%%

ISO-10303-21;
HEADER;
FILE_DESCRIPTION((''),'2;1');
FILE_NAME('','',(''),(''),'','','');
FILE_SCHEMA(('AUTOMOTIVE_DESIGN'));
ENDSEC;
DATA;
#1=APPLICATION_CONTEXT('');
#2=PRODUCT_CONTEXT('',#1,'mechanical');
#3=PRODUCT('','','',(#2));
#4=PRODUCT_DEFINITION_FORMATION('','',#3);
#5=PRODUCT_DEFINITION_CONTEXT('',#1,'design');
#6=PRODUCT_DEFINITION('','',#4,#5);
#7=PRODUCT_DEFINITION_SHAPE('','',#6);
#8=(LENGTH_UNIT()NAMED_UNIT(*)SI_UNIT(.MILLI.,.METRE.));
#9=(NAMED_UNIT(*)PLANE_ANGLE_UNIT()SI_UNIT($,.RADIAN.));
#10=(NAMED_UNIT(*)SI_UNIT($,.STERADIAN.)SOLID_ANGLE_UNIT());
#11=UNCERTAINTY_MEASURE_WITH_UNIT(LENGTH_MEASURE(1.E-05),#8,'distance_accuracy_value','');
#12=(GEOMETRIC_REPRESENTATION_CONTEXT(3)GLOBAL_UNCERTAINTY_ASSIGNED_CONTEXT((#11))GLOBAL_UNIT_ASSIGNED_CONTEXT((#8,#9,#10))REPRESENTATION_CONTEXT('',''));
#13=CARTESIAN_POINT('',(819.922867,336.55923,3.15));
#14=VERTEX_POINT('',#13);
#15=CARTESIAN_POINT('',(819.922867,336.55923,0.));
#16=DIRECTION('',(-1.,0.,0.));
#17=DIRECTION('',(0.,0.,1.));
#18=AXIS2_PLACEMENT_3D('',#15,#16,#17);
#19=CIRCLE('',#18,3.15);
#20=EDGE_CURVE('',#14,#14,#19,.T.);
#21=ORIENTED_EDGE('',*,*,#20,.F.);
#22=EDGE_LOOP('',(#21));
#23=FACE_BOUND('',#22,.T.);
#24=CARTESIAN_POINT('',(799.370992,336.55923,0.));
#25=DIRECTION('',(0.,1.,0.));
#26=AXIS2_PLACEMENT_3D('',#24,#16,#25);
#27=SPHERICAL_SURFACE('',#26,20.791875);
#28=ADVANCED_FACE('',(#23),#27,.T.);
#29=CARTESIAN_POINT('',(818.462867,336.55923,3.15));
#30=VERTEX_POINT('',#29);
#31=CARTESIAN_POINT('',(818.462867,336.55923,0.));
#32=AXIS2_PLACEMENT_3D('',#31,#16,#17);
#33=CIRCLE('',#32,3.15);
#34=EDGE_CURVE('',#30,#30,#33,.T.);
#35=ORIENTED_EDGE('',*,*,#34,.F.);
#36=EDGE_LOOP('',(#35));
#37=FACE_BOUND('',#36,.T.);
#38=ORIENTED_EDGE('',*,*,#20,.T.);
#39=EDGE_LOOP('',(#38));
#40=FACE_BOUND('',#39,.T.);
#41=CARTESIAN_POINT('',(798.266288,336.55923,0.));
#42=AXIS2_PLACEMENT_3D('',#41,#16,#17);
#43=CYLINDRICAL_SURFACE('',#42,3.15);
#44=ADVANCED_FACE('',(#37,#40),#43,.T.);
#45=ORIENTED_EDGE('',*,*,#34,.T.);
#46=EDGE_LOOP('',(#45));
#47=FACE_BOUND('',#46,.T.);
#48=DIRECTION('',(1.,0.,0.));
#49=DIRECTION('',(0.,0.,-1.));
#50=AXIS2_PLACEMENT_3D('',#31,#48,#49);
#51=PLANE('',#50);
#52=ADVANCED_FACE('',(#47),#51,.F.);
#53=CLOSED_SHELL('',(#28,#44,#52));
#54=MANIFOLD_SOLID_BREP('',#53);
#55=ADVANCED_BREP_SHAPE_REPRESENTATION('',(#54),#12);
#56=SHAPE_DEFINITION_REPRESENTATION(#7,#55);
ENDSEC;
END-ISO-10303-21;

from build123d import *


with BuildPart() as part:
    # 草图1 → 旋转1 (revolve)
    with BuildSketch(Plane.XY):
        with BuildLine():
            Line((818.462867468, 336.559230444), (818.462867468, 339.709230444))
            Line((818.462867468, 339.709230444), (819.922867468, 339.709230444))
            ThreePointArc((819.922867468, 339.709230444), (820.102780645, 338.138795257), (820.162867468, 336.559230444))
            Line((820.162867468, 336.559230444), (818.462867468, 336.559230444))
        make_face()
    revolve(axis=Axis((798.266287632, 336.559230444, 0), (1, 0, 0)))


solid = part.part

%%

What this task involves:
Identify the lines above that contain the word "DIRECTION", then copy them.

Exercise result:
#16=DIRECTION('',(-1.,0.,0.));
#17=DIRECTION('',(0.,0.,1.));
#25=DIRECTION('',(0.,1.,0.));
#48=DIRECTION('',(1.,0.,0.));
#49=DIRECTION('',(0.,0.,-1.));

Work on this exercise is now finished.